START Records provided

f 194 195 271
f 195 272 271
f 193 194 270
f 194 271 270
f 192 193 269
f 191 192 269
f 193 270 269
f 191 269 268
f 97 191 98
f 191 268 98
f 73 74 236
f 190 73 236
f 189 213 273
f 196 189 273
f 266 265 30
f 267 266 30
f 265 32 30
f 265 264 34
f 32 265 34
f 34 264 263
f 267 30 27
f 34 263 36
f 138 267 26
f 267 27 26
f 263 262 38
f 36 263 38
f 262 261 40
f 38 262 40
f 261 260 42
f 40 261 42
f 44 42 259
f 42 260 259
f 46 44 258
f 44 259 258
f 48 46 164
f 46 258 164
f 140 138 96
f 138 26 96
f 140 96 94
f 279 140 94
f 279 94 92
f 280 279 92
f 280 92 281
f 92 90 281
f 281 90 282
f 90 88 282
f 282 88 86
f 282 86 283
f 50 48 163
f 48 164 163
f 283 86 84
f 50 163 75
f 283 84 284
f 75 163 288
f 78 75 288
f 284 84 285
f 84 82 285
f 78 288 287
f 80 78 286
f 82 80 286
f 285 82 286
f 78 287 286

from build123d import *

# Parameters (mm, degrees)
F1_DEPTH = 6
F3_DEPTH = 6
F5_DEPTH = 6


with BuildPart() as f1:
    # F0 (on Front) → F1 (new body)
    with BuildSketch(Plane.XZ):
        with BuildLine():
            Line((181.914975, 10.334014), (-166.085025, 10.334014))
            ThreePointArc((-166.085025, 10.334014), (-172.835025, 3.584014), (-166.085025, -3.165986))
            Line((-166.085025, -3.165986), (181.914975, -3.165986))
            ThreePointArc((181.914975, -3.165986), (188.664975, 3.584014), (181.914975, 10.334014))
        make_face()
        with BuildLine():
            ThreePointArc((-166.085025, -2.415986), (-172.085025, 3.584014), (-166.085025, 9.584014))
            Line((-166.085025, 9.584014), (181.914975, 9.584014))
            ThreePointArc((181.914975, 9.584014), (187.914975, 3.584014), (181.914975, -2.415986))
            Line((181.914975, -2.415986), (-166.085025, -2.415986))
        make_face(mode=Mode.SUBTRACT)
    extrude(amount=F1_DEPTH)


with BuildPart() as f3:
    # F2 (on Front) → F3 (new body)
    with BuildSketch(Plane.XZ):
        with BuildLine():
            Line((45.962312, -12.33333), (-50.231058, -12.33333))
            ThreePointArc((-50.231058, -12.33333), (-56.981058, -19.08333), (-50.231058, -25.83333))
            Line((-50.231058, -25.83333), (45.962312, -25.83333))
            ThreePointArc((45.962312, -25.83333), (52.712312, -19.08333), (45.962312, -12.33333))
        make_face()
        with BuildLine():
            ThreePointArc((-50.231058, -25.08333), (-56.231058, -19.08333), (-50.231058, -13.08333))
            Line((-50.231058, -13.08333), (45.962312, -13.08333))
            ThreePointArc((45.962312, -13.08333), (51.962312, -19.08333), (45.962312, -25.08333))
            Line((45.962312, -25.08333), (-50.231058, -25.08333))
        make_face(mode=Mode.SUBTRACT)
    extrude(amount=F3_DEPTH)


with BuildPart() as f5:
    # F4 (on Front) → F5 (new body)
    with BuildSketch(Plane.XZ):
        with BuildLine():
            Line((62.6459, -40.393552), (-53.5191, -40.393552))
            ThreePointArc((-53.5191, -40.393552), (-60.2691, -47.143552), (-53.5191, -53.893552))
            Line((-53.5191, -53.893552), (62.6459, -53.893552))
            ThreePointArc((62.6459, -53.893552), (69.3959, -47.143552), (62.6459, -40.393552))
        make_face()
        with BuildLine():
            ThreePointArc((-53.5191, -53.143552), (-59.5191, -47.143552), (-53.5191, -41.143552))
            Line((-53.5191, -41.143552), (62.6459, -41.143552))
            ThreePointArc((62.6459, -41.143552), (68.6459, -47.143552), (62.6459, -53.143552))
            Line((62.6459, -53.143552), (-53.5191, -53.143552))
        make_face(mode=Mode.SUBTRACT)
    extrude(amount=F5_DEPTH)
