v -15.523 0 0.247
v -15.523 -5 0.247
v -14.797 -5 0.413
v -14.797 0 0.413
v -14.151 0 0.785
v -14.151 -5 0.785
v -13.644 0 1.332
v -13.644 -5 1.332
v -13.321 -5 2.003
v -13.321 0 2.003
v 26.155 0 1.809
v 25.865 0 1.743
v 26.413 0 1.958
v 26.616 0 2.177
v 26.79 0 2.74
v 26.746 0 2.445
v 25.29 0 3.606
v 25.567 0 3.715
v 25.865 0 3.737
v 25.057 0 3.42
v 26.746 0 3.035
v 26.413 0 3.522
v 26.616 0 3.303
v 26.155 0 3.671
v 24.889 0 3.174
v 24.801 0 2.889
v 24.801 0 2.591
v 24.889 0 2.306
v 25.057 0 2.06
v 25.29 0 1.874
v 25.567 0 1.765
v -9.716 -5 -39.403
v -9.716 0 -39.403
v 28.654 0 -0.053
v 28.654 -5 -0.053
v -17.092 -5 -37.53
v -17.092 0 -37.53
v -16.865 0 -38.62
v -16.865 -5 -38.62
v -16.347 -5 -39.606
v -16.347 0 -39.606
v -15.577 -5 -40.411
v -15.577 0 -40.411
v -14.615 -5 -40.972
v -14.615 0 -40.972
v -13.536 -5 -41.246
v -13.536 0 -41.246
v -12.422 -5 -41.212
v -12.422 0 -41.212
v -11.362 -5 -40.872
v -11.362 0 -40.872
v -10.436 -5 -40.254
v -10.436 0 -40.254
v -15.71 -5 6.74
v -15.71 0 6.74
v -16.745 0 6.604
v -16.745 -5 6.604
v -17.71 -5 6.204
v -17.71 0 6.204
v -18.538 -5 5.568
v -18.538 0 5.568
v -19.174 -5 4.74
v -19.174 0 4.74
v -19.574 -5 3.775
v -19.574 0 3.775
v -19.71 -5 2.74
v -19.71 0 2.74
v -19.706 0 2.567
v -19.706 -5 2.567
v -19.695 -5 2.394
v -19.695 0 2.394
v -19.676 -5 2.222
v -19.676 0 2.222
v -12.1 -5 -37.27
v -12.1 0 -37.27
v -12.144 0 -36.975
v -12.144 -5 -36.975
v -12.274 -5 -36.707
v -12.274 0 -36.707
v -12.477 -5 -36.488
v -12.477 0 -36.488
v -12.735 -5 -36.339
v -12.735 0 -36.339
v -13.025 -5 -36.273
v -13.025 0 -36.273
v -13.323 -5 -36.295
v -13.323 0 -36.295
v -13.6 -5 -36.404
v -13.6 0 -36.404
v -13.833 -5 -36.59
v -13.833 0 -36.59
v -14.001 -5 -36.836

END Records provided

- _Task objective_
Tell how many lines above include "Front", and add no other text.

- _Solution_
3